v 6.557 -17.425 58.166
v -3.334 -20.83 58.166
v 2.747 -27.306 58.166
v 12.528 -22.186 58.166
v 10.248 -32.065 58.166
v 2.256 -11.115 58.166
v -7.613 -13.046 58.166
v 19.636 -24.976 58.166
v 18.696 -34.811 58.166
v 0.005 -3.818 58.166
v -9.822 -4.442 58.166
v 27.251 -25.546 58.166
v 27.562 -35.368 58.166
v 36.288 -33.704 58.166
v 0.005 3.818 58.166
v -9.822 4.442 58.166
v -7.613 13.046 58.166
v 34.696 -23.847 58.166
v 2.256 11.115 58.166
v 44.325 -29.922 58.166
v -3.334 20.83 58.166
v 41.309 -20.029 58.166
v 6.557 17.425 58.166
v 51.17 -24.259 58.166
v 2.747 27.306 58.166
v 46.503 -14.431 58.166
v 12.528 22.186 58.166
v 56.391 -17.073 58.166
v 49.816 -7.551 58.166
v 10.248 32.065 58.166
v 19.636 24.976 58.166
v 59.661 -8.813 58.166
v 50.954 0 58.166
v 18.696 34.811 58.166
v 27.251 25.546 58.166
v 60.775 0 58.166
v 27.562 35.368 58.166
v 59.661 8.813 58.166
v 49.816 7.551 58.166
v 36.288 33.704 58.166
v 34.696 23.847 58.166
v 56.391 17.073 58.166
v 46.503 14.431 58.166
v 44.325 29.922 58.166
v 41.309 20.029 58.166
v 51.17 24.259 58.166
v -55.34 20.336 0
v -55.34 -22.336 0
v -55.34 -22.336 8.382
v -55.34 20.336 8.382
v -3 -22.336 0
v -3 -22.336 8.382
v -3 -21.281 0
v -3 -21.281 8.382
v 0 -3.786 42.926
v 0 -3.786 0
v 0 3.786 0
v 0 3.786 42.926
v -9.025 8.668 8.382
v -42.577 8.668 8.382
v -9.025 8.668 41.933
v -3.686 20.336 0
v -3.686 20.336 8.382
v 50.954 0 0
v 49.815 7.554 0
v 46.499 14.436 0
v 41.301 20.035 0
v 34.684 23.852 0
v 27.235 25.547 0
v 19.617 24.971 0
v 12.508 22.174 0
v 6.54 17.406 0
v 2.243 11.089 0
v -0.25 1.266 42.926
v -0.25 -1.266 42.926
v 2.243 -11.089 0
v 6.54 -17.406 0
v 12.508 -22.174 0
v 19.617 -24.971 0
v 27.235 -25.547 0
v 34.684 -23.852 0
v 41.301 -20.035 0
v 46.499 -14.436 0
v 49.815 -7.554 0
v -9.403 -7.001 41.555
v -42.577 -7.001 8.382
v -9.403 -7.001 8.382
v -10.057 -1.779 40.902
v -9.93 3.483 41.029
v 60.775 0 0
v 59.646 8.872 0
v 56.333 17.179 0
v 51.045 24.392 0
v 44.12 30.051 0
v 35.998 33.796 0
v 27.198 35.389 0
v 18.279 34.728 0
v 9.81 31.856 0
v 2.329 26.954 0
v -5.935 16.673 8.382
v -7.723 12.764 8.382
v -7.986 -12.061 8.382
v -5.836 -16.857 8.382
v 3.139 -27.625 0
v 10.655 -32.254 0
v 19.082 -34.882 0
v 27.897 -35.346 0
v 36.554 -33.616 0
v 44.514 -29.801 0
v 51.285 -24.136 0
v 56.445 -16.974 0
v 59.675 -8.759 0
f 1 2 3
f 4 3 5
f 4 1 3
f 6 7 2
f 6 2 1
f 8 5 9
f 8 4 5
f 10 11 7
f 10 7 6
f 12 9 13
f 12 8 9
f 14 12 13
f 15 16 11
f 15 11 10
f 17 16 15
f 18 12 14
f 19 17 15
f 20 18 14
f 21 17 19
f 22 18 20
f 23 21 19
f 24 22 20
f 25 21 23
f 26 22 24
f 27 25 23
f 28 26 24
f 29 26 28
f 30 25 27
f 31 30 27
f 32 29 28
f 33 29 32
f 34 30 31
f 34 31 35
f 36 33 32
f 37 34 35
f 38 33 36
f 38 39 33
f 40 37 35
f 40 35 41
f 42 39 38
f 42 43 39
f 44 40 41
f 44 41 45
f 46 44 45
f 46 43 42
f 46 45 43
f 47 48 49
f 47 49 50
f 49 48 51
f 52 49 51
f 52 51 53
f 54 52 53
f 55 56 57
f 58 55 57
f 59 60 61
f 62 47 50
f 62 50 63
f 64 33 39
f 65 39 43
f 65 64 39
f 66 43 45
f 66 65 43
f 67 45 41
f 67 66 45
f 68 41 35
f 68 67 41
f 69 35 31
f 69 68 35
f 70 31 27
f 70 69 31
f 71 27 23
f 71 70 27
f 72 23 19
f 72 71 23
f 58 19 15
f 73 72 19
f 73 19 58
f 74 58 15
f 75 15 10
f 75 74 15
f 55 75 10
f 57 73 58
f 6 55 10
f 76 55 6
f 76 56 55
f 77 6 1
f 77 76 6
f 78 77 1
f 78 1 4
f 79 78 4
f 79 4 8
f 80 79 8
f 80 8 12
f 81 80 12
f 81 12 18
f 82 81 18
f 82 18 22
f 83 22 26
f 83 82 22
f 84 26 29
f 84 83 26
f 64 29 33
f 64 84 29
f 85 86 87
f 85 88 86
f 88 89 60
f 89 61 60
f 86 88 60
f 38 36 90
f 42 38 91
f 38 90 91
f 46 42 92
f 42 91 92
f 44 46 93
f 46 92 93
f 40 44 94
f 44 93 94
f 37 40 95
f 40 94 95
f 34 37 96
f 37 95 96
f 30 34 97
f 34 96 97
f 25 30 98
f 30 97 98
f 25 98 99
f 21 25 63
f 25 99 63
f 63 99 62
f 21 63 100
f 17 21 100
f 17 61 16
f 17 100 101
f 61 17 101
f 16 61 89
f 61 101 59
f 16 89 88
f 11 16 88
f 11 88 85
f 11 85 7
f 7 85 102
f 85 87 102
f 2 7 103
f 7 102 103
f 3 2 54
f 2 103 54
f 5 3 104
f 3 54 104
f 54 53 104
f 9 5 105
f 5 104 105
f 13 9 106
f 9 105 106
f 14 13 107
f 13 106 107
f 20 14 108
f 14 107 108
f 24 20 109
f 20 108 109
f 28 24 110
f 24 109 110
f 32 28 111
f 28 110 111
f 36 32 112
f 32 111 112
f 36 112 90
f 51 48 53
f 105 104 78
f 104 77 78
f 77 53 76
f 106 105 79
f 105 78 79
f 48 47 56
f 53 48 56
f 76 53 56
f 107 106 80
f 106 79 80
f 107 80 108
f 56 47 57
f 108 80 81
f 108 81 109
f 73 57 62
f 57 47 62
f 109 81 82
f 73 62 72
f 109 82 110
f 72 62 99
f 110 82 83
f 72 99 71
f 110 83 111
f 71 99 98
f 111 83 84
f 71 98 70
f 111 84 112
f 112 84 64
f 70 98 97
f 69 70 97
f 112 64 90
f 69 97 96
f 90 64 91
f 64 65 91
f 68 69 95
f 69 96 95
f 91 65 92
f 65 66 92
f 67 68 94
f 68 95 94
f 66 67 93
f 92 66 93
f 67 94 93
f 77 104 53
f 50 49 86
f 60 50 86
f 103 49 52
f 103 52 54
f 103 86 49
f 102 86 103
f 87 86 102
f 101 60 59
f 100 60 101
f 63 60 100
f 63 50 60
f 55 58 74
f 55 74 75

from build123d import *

# Parameters (mm, degrees)
F0_W        = 52.3398779333
F0_H        = 42.6720008254
F1_DEPTH    = 8.382
F2_R        = 35.438248993
F3_DEPTH    = 58.166
F4_R        = 25.617866598
F5_DEPTH    = 76.454
F6_W        = 48.6727505922
F6_H        = 15.6686254777
F7_DEPTH    = 42.926
F8_T4_DEPTH = 224.6950187396
F8_S5_R     = 35.438248993
F8_T6_DEPTH = 117


# Not quite as in the source:
# - a fillet or chamfer that OpenCascade refuses, or shapes differently, is made with other operations: its cross-section is extruded or revolved along the edge and cut away or added


with BuildPart() as f1:
    # F0 (on Top) → F1 (new body)
    with BuildSketch(Plane.XY):
        with Locations((-29.17031385, -1.0001249611)):
            Rectangle(F0_W, F0_H)
    extrude(amount=F1_DEPTH)

    # F2 (on Top) → F3 (join)
    with BuildSketch(Plane.XY):
        with Locations((25.3365002573, 0)):
            Circle(F2_R)
    extrude(amount=F3_DEPTH)

    # F4 (on Top) → F5 (cut)
    with BuildSketch(Plane.XY):
        with Locations((25.3365002573, 0)):
            Circle(F4_R)
    extrude(amount=F5_DEPTH, mode=Mode.SUBTRACT)

    # F6 (on Top) → F7 (join)
    with BuildSketch(Plane.XY):
        with Locations((-24.3363752961, 0.8334375452)):
            Rectangle(F6_W, F6_H)
    extrude(amount=F7_DEPTH)

    # F8: chamfer of 40.64 on 1 edges, made by hand


with BuildPart() as f8_tool2:
    # F8_s3 → F8_t4 (new body)
    with BuildSketch(Plane.XZ.offset(-113.180946915)):
        Polygon((-8.0327505922, 42.926), (-48.6727505922, 2.286), (-48.6727505922, 42.926), align=None)
    extrude(amount=F8_T4_DEPTH)

    # F8_s5 → F8_t6 (cut, symmetric)
    with BuildSketch(Plane.XY.offset(22.6)):
        with Locations((25.3365002573, 0)):
            Circle(F8_S5_R)
    extrude(amount=F8_T6_DEPTH, both=True, mode=Mode.SUBTRACT)

    split(bisect_by=Plane.XY.offset(8.382), keep=Keep.TOP)


with BuildPart() as f1_1:
    add(f1.part)

    # F8_t1: cut F8_tool2
    add(f8_tool2.part, mode=Mode.SUBTRACT)


solid = f1_1.part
::::::::::
◆ About this exercise ◆
Transcribe, with no changes, the listing above from its first line through the line with "v 6.54 -17.406 0", including that line, and stop once it is done.

◆ Result for this exercise ◆
v 6.557 -17.425 58.166
v -3.334 -20.83 58.166
v 2.747 -27.306 58.166
v 12.528 -22.186 58.166
v 10.248 -32.065 58.166
v 2.256 -11.115 58.166
v -7.613 -13.046 58.166
v 19.636 -24.976 58.166
v 18.696 -34.811 58.166
v 0.005 -3.818 58.166
v -9.822 -4.442 58.166
v 27.251 -25.546 58.166
v 27.562 -35.368 58.166
v 36.288 -33.704 58.166
v 0.005 3.818 58.166
v -9.822 4.442 58.166
v -7.613 13.046 58.166
v 34.696 -23.847 58.166
v 2.256 11.115 58.166
v 44.325 -29.922 58.166
v -3.334 20.83 58.166
v 41.309 -20.029 58.166
v 6.557 17.425 58.166
v 51.17 -24.259 58.166
v 2.747 27.306 58.166
v 46.503 -14.431 58.166
v 12.528 22.186 58.166
v 56.391 -17.073 58.166
v 49.816 -7.551 58.166
v 10.248 32.065 58.166
v 19.636 24.976 58.166
v 59.661 -8.813 58.166
v 50.954 0 58.166
v 18.696 34.811 58.166
v 27.251 25.546 58.166
v 60.775 0 58.166
v 27.562 35.368 58.166
v 59.661 8.813 58.166
v 49.816 7.551 58.166
v 36.288 33.704 58.166
v 34.696 23.847 58.166
v 56.391 17.073 58.166
v 46.503 14.431 58.166
v 44.325 29.922 58.166
v 41.309 20.029 58.166
v 51.17 24.259 58.166
v -55.34 20.336 0
v -55.34 -22.336 0
v -55.34 -22.336 8.382
v -55.34 20.336 8.382
v -3 -22.336 0
v -3 -22.336 8.382
v -3 -21.281 0
v -3 -21.281 8.382
v 0 -3.786 42.926
v 0 -3.786 0
v 0 3.786 0
v 0 3.786 42.926
v -9.025 8.668 8.382
v -42.577 8.668 8.382
v -9.025 8.668 41.933
v -3.686 20.336 0
v -3.686 20.336 8.382
v 50.954 0 0
v 49.815 7.554 0
v 46.499 14.436 0
v 41.301 20.035 0
v 34.684 23.852 0
v 27.235 25.547 0
v 19.617 24.971 0
v 12.508 22.174 0
v 6.54 17.406 0
v 2.243 11.089 0
v -0.25 1.266 42.926
v -0.25 -1.266 42.926
v 2.243 -11.089 0
v 6.54 -17.406 0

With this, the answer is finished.